[Task]: Which lines run from the line with "#55=ORIENTED_EDGE('',*,*,#54,.F.);" through the line with "#98=ORIENTED_EDGE('',*,*,#69,.F.);" in the entries below? Print them exactly, both ends included, and nothing more.

(Data entries)
####################

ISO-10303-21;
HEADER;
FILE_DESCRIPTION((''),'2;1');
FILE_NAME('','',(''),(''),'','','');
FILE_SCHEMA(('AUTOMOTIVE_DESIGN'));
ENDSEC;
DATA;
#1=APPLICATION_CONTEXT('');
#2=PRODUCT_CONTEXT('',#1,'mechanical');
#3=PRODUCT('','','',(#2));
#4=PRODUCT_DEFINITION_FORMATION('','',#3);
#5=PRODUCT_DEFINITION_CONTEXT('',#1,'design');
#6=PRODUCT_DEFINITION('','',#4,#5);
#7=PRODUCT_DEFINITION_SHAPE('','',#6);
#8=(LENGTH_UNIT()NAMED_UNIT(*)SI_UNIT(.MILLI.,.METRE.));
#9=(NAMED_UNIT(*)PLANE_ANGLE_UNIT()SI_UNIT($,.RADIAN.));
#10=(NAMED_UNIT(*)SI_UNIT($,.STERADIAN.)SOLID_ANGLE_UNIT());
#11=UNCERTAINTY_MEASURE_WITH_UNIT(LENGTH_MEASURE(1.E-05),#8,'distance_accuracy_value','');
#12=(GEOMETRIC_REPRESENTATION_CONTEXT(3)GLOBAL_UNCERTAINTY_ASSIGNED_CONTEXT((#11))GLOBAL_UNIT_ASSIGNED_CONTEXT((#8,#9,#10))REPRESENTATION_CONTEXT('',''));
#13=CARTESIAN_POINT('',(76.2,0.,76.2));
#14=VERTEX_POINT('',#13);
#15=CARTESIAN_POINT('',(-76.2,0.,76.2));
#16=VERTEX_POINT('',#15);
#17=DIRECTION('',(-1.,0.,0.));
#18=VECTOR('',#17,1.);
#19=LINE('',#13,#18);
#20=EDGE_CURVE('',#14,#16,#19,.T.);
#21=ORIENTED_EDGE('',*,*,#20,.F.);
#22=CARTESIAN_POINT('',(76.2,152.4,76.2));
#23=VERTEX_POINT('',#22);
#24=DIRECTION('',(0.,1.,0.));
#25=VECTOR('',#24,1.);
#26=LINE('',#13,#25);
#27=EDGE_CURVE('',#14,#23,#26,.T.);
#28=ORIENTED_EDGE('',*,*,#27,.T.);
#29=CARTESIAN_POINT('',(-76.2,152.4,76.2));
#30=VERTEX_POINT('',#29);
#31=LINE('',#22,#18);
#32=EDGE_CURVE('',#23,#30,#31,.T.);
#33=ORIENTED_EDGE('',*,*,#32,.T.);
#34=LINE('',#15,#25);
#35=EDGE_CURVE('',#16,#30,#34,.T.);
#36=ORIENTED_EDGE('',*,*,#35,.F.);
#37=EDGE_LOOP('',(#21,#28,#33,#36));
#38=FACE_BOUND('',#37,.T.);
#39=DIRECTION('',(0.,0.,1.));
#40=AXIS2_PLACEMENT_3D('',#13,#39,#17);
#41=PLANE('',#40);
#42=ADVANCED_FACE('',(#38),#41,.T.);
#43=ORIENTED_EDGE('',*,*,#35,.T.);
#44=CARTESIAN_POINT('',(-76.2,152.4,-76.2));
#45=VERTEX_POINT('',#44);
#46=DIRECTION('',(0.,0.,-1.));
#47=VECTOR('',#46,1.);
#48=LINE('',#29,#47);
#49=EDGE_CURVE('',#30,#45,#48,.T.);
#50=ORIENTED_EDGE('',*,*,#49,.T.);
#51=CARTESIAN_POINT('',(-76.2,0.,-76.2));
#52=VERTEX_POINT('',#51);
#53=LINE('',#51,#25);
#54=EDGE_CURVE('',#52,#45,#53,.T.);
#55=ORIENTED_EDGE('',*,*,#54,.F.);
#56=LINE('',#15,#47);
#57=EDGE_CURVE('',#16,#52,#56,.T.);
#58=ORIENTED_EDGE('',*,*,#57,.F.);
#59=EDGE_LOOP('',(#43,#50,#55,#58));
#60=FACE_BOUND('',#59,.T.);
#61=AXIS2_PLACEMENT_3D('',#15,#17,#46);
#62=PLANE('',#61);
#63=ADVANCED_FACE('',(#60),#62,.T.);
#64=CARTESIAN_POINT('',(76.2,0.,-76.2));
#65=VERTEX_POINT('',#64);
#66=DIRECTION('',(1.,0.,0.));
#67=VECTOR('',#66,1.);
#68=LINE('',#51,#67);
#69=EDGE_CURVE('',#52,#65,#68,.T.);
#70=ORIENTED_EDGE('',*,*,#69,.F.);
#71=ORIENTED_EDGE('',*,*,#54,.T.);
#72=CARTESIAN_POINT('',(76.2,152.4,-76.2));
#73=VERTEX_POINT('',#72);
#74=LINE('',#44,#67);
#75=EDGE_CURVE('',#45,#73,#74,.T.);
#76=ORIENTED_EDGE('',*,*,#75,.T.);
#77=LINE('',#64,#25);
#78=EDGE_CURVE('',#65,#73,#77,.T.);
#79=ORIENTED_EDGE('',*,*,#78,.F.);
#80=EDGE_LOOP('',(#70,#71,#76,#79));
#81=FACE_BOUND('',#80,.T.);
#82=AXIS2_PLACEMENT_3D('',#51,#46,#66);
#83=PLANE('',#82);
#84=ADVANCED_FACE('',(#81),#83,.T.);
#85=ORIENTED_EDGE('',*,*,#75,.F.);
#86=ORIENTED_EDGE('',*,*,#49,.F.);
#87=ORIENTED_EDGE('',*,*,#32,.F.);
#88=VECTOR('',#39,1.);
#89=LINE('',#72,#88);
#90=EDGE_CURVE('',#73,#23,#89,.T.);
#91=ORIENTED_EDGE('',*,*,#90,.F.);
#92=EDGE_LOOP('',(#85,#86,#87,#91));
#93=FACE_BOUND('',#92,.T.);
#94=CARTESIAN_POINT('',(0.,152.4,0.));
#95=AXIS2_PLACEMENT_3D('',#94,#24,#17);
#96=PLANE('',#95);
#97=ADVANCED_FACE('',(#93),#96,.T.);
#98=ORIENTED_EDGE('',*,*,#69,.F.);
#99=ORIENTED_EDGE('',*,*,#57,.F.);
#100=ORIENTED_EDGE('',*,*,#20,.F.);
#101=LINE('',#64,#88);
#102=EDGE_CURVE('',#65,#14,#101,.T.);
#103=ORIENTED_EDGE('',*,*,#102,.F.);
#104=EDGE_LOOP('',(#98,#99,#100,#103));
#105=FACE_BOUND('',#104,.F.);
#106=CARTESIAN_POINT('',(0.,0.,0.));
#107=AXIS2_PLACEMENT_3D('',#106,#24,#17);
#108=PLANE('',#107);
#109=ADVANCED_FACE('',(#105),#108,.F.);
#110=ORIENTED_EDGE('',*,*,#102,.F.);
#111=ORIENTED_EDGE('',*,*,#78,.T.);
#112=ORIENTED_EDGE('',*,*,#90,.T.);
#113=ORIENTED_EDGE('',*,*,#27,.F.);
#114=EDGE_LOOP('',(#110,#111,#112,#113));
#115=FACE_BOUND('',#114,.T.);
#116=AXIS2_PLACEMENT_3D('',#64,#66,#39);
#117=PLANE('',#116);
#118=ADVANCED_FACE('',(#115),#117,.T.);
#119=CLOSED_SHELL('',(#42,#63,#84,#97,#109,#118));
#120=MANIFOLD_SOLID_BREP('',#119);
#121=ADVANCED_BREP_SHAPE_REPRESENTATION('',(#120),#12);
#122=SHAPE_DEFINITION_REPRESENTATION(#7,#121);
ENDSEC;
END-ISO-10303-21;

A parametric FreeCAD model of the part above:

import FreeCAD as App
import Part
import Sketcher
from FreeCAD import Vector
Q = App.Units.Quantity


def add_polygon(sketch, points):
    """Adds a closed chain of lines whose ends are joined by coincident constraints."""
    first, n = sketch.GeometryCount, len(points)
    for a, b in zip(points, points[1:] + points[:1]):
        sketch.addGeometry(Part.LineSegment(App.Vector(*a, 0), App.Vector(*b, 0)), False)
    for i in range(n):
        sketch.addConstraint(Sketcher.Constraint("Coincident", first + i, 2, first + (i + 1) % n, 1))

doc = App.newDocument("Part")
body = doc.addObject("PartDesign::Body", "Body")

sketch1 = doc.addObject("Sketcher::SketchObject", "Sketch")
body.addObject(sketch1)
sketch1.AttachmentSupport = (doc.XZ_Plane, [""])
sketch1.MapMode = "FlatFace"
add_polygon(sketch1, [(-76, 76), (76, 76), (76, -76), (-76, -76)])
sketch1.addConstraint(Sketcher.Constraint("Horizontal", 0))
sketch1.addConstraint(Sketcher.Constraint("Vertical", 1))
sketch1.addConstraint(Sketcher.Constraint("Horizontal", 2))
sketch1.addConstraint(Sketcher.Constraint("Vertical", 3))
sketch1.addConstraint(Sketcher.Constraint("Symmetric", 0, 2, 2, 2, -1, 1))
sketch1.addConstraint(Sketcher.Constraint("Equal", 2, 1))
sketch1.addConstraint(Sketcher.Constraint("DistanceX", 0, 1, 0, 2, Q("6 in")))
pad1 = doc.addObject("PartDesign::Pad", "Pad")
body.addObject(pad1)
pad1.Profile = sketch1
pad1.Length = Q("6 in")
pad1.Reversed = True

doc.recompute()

####################

[Exercise output]:
#55=ORIENTED_EDGE('',*,*,#54,.F.);
#56=LINE('',#15,#47);
#57=EDGE_CURVE('',#16,#52,#56,.T.);
#58=ORIENTED_EDGE('',*,*,#57,.F.);
#59=EDGE_LOOP('',(#43,#50,#55,#58));
#60=FACE_BOUND('',#59,.T.);
#61=AXIS2_PLACEMENT_3D('',#15,#17,#46);
#62=PLANE('',#61);
#63=ADVANCED_FACE('',(#60),#62,.T.);
#64=CARTESIAN_POINT('',(76.2,0.,-76.2));
#65=VERTEX_POINT('',#64);
#66=DIRECTION('',(1.,0.,0.));
#67=VECTOR('',#66,1.);
#68=LINE('',#51,#67);
#69=EDGE_CURVE('',#52,#65,#68,.T.);
#70=ORIENTED_EDGE('',*,*,#69,.F.);
#71=ORIENTED_EDGE('',*,*,#54,.T.);
#72=CARTESIAN_POINT('',(76.2,152.4,-76.2));
#73=VERTEX_POINT('',#72);
#74=LINE('',#44,#67);
#75=EDGE_CURVE('',#45,#73,#74,.T.);
#76=ORIENTED_EDGE('',*,*,#75,.T.);
#77=LINE('',#64,#25);
#78=EDGE_CURVE('',#65,#73,#77,.T.);
#79=ORIENTED_EDGE('',*,*,#78,.F.);
#80=EDGE_LOOP('',(#70,#71,#76,#79));
#81=FACE_BOUND('',#80,.T.);
#82=AXIS2_PLACEMENT_3D('',#51,#46,#66);
#83=PLANE('',#82);
#84=ADVANCED_FACE('',(#81),#83,.T.);
#85=ORIENTED_EDGE('',*,*,#75,.F.);
#86=ORIENTED_EDGE('',*,*,#49,.F.);
#87=ORIENTED_EDGE('',*,*,#32,.F.);
#88=VECTOR('',#39,1.);
#89=LINE('',#72,#88);
#90=EDGE_CURVE('',#73,#23,#89,.T.);
#91=ORIENTED_EDGE('',*,*,#90,.F.);
#92=EDGE_LOOP('',(#85,#86,#87,#91));
#93=FACE_BOUND('',#92,.T.);
#94=CARTESIAN_POINT('',(0.,152.4,0.));
#95=AXIS2_PLACEMENT_3D('',#94,#24,#17);
#96=PLANE('',#95);
#97=ADVANCED_FACE('',(#93),#96,.T.);
#98=ORIENTED_EDGE('',*,*,#69,.F.);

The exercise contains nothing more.